═════ DATA LISTING

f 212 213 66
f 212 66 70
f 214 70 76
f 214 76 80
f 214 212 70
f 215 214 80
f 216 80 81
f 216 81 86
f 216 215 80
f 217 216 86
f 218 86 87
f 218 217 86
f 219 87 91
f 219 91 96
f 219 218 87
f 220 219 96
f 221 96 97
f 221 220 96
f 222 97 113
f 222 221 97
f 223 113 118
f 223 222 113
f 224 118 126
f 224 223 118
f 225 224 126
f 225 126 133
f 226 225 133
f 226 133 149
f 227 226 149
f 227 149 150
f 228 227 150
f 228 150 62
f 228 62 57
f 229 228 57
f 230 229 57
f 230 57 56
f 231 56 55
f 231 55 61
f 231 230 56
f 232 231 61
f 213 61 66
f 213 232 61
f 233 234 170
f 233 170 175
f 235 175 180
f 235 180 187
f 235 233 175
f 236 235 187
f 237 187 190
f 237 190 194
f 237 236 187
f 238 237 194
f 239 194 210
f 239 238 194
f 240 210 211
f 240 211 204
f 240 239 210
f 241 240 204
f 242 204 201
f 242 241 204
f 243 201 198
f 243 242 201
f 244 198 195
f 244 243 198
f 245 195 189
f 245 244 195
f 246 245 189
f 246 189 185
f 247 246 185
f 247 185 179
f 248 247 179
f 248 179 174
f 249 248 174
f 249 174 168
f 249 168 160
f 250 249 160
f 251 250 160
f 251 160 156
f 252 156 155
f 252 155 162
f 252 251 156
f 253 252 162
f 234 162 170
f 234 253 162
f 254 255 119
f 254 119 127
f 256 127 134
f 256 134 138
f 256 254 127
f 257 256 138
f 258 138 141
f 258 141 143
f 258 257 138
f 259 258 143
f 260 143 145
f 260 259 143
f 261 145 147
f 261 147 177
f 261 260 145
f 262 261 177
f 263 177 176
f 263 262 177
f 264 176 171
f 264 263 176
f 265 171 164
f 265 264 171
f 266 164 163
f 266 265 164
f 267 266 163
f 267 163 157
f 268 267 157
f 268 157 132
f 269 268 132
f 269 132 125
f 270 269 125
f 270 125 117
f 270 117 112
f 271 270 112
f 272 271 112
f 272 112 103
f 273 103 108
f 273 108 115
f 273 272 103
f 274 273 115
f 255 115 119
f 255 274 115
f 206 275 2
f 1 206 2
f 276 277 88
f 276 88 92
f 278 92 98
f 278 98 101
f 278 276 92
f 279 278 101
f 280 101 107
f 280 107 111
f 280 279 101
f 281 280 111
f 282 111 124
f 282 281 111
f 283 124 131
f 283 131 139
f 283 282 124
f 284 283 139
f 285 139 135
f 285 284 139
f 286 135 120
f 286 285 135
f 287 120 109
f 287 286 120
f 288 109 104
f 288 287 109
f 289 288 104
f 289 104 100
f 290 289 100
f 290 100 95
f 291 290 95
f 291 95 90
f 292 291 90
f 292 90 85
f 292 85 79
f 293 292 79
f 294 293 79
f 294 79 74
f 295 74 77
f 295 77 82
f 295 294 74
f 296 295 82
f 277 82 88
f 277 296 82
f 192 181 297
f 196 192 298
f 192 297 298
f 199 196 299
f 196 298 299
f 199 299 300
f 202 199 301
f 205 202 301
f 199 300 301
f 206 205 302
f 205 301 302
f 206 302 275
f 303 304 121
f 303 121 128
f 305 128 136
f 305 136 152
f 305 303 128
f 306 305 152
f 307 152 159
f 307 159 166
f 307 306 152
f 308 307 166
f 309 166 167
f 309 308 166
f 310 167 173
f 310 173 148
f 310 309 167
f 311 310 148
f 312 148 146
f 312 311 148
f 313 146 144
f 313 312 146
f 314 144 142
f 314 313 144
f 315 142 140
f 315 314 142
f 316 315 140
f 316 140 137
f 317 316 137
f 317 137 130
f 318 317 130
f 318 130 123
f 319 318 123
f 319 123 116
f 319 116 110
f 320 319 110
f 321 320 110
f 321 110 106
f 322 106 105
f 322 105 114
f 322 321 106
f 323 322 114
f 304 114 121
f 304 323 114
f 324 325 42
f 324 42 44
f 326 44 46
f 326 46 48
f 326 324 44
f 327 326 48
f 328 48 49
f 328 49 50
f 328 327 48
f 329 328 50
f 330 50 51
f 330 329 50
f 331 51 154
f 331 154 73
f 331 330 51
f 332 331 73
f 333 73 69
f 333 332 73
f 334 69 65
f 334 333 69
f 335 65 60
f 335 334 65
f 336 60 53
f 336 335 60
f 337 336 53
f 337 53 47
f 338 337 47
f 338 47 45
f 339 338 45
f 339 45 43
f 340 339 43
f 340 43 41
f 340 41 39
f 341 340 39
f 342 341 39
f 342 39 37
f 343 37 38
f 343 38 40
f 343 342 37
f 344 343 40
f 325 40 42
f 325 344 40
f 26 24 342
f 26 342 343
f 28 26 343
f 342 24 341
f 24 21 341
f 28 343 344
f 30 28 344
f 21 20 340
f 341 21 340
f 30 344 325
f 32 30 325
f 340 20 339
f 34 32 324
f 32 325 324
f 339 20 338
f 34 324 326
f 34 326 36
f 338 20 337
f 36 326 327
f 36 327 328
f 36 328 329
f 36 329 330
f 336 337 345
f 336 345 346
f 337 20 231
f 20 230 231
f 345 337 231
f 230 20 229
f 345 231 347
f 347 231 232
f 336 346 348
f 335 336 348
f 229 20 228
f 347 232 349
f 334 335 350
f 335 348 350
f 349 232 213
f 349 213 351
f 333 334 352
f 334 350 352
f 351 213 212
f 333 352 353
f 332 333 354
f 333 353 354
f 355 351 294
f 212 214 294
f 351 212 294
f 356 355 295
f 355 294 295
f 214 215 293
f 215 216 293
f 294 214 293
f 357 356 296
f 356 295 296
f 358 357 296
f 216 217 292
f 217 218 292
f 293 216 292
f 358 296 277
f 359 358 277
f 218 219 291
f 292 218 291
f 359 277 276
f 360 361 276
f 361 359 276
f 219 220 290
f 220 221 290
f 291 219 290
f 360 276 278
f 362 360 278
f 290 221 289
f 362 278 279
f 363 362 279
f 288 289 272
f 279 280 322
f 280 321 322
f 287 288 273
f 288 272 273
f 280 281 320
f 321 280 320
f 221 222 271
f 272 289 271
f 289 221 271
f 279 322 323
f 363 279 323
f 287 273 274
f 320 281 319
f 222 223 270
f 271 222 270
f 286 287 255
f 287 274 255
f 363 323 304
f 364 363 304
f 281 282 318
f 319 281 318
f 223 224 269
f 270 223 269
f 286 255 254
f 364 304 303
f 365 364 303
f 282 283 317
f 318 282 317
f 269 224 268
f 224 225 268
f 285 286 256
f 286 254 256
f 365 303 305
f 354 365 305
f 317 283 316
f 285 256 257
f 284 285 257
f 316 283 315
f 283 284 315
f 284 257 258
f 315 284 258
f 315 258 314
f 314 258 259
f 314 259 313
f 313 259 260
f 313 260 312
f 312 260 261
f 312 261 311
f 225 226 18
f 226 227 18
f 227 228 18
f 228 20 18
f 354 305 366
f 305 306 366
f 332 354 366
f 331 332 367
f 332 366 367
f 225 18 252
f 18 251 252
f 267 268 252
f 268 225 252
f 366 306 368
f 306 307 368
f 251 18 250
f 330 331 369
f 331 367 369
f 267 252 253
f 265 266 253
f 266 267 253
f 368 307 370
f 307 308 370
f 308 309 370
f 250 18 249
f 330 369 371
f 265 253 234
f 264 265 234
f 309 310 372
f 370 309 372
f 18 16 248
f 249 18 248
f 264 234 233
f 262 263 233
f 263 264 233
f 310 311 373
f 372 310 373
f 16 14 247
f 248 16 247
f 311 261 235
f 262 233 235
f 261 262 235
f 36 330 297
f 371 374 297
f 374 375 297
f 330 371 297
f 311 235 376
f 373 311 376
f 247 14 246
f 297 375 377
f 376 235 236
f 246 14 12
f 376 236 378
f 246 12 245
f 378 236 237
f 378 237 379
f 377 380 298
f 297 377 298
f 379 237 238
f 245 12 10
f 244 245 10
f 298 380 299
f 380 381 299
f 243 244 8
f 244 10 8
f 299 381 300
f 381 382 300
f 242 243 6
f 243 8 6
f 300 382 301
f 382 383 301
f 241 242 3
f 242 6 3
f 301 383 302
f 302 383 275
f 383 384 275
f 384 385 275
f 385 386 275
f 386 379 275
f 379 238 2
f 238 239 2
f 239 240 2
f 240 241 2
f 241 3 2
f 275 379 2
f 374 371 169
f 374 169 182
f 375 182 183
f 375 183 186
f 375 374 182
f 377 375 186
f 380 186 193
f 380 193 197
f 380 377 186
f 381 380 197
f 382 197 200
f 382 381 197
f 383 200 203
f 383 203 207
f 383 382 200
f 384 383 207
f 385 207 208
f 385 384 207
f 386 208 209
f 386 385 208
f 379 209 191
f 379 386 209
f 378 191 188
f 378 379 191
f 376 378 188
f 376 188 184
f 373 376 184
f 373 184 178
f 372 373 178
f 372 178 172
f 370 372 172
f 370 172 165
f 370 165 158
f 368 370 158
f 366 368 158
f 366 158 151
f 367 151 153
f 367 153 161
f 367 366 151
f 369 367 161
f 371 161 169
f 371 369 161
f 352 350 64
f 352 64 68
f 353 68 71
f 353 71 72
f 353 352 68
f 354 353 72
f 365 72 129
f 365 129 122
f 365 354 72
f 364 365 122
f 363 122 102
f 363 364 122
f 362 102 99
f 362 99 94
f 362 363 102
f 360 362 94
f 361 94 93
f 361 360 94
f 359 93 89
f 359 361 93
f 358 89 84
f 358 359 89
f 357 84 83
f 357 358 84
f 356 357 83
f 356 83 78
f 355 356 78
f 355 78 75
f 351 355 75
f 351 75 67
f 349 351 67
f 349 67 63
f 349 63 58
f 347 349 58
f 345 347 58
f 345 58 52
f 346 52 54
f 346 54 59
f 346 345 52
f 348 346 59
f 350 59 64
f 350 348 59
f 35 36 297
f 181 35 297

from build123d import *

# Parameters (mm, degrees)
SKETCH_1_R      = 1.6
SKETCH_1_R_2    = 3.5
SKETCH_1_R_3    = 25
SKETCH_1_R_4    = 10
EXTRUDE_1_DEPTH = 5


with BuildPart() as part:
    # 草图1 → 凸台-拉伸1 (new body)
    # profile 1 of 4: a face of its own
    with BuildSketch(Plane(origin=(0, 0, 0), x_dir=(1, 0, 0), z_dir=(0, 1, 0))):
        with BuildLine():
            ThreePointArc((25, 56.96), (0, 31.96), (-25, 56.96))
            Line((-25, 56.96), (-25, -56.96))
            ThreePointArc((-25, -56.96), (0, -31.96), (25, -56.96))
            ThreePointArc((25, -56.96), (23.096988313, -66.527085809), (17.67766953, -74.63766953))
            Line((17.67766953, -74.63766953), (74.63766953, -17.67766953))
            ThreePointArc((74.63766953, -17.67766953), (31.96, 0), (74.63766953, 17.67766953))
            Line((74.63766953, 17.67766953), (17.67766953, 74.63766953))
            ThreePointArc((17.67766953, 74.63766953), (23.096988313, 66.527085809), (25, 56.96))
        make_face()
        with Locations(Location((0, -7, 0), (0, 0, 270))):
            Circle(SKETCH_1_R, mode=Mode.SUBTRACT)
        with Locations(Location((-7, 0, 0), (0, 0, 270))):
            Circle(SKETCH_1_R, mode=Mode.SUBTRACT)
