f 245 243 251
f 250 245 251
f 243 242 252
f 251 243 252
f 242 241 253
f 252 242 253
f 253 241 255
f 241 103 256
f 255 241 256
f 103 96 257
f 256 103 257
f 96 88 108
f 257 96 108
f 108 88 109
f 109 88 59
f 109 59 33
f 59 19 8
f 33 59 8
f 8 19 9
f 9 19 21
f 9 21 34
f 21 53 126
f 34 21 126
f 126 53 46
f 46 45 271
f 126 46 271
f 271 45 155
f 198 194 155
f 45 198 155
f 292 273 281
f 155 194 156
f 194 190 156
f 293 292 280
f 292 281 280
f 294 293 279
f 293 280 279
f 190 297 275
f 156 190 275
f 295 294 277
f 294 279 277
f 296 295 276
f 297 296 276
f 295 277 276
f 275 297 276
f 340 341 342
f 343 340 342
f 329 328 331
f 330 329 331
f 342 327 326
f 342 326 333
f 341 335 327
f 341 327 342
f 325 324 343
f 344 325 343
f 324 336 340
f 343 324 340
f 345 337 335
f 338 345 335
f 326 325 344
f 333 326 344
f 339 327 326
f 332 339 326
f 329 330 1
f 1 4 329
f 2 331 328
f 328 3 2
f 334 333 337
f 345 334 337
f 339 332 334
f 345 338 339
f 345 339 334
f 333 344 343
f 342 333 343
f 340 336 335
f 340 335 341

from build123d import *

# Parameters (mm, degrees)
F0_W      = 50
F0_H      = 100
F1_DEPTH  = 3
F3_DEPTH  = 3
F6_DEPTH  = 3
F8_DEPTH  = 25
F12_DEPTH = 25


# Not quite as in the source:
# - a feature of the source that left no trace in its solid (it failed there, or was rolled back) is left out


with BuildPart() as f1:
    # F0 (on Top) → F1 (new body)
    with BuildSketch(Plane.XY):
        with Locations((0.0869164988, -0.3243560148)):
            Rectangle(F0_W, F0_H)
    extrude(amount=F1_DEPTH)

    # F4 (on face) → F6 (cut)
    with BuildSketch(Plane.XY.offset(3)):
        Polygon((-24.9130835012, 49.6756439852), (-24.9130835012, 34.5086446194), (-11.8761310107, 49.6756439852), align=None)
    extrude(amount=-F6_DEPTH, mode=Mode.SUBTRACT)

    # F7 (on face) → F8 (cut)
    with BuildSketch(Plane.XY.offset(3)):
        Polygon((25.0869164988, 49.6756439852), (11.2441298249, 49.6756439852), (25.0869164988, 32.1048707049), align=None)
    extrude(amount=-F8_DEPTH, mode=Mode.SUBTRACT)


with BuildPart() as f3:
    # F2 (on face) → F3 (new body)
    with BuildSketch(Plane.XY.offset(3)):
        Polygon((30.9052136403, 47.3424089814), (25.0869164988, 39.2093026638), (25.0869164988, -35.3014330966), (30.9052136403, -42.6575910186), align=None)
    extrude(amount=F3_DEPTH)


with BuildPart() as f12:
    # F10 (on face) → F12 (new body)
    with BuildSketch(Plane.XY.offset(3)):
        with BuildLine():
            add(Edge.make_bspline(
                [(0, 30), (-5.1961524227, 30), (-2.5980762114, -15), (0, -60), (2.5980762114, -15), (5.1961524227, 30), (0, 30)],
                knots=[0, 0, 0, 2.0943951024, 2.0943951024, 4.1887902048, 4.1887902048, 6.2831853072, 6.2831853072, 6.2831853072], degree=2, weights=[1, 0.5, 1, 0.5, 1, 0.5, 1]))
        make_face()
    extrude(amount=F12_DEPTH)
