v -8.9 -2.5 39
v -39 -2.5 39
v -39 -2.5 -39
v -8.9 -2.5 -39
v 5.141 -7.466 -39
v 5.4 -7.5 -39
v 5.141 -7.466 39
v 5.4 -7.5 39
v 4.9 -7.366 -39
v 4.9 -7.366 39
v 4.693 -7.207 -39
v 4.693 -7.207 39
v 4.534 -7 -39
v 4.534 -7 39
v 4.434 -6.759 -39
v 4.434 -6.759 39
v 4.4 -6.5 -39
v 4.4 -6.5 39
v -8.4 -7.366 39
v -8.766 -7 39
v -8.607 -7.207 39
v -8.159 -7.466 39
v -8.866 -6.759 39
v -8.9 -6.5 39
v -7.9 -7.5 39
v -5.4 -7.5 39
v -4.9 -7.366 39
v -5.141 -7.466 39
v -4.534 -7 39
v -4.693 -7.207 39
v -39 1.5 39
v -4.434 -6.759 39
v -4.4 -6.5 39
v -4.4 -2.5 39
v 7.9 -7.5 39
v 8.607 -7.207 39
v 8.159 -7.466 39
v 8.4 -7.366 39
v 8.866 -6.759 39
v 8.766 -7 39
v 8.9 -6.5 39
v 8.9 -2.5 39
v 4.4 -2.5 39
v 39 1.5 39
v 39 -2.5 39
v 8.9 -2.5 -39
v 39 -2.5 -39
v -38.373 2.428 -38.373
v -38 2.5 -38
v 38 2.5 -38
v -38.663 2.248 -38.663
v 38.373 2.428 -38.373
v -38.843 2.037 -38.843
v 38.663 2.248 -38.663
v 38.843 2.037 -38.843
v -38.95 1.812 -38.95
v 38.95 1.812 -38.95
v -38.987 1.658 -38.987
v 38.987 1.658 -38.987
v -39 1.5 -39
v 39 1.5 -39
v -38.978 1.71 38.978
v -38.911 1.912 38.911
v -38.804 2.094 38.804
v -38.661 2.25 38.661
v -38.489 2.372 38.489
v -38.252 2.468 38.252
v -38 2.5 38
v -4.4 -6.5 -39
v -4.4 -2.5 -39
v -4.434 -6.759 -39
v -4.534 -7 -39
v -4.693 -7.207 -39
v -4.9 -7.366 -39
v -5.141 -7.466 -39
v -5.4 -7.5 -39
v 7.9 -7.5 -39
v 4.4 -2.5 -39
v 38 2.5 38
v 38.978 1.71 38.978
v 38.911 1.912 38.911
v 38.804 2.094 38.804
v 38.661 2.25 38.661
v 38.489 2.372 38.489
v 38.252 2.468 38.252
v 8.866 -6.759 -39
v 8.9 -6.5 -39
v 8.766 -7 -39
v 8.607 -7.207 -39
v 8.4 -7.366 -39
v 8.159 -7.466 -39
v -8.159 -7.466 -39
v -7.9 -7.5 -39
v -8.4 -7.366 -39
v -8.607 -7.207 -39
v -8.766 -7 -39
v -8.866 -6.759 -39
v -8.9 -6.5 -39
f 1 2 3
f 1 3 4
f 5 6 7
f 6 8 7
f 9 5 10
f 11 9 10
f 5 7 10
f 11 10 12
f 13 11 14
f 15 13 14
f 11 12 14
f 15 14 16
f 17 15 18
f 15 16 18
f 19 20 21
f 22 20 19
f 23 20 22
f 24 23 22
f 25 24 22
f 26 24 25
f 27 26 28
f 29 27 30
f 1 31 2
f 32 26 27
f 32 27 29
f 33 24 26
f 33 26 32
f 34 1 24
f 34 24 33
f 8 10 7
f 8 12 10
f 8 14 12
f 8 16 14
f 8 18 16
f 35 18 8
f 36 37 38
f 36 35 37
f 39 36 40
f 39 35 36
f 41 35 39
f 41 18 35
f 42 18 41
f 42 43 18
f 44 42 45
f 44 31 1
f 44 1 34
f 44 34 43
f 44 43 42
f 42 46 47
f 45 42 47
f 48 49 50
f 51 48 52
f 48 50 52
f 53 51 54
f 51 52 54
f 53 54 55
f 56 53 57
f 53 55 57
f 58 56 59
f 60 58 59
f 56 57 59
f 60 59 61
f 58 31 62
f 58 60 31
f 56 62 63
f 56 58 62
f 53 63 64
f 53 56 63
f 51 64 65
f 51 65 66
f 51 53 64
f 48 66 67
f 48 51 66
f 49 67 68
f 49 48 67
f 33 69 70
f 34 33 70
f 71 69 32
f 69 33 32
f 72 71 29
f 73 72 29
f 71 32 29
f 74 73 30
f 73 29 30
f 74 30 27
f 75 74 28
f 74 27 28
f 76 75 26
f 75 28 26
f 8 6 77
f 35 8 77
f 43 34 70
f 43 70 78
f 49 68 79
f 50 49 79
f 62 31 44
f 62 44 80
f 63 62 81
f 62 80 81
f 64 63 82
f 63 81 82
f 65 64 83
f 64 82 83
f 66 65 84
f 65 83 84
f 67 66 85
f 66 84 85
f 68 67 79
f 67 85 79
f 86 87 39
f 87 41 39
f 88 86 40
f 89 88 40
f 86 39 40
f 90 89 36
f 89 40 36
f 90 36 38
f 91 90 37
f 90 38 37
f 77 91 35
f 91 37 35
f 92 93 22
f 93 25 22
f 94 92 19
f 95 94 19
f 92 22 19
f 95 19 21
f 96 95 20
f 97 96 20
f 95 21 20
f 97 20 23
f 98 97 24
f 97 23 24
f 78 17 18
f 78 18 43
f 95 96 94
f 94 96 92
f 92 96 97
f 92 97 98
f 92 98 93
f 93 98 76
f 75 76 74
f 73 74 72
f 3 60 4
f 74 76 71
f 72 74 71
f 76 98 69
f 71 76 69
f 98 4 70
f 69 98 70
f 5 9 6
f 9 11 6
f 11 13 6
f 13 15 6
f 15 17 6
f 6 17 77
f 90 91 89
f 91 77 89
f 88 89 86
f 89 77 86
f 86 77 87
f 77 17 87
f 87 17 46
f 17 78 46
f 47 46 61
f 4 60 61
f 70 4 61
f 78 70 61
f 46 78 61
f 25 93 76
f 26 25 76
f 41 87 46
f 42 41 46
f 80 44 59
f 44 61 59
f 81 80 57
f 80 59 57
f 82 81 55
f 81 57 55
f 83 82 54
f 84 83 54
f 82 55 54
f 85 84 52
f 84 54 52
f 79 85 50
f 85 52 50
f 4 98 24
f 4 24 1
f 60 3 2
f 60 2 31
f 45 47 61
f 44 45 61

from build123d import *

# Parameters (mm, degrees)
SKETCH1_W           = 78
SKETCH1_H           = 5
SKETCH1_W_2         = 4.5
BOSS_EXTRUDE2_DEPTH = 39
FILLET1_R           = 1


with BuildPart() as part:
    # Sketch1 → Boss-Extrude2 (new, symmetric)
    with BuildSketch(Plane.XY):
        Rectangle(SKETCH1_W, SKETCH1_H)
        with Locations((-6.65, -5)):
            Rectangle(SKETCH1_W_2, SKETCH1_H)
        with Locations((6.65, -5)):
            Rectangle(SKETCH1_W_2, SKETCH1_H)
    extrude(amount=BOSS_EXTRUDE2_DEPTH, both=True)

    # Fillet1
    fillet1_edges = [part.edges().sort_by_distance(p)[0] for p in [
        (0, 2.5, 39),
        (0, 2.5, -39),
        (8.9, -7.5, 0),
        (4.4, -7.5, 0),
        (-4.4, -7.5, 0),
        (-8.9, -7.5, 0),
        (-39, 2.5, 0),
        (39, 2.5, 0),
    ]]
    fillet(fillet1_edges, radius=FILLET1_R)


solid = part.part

══════════
═════ DATA LISTING

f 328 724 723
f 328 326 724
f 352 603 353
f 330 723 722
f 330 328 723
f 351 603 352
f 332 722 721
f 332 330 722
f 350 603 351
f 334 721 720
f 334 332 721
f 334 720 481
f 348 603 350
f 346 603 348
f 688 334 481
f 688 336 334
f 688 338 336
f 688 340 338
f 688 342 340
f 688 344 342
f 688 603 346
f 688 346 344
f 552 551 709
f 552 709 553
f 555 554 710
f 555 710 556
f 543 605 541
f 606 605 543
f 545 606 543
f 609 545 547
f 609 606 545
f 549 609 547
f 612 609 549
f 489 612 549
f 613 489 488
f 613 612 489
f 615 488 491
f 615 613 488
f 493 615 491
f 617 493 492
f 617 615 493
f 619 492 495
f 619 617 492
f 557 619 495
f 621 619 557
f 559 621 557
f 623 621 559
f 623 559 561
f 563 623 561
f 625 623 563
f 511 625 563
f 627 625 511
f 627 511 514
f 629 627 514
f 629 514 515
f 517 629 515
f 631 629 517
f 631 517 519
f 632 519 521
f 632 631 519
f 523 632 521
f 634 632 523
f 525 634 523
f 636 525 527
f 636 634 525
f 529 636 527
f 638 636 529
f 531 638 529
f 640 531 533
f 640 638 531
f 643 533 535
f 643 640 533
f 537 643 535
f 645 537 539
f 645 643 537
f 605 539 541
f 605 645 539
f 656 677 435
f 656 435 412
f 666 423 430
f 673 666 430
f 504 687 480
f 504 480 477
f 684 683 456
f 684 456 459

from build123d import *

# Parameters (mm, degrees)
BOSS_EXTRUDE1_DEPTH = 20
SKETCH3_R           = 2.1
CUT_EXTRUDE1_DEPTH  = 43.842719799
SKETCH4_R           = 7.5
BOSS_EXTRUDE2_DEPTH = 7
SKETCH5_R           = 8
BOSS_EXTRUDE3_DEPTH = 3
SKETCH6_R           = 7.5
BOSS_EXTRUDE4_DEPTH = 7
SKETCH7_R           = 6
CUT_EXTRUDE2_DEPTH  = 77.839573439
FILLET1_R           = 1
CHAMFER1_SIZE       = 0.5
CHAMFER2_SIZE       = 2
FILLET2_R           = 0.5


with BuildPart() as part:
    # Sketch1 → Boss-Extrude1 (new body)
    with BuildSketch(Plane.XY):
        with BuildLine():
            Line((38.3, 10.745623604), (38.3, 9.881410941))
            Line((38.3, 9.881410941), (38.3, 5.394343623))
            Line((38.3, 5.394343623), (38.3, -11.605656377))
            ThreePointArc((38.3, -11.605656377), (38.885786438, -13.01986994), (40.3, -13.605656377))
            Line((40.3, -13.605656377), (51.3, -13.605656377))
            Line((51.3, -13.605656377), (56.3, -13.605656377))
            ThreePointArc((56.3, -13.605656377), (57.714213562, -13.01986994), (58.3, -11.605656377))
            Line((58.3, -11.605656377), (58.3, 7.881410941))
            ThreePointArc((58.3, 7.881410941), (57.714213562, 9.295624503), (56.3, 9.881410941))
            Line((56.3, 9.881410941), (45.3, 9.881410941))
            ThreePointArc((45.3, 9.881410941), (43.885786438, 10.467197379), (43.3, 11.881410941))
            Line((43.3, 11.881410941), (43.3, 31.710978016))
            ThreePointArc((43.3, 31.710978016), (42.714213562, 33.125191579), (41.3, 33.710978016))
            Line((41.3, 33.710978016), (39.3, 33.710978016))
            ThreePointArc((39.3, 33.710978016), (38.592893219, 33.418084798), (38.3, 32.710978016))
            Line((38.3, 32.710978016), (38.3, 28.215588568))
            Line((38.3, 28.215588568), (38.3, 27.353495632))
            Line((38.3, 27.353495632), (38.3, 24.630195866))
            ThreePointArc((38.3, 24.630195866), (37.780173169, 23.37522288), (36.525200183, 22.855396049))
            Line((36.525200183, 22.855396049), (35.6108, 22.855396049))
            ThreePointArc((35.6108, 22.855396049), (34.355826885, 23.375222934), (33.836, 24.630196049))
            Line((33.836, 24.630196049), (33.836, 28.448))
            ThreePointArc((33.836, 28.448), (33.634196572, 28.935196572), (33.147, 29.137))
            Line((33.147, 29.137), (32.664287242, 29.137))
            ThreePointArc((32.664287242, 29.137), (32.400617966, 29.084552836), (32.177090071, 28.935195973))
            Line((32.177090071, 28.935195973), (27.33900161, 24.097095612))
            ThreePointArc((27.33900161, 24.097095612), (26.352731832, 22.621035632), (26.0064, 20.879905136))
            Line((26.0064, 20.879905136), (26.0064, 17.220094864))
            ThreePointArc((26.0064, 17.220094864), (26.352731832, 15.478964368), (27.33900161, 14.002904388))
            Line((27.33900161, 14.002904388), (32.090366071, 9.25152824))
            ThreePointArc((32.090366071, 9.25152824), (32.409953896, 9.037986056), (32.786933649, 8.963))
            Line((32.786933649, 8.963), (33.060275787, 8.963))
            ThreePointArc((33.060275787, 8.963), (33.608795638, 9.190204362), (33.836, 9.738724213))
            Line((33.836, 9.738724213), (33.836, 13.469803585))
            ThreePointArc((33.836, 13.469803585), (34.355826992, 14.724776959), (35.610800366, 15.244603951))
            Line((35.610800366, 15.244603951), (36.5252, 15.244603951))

══════════

### PROBLEM TO WORK ON
The answer must be every line from the entries above that holds the string "mode".

### RESULT FOR THIS TASK
            Circle(SKETCH_1_R, mode=Mode.SUBTRACT)
            Circle(SKETCH_1_R, mode=Mode.SUBTRACT)
    extrude(amount=-F6_DEPTH, mode=Mode.SUBTRACT)
    extrude(amount=-F8_DEPTH, mode=Mode.SUBTRACT)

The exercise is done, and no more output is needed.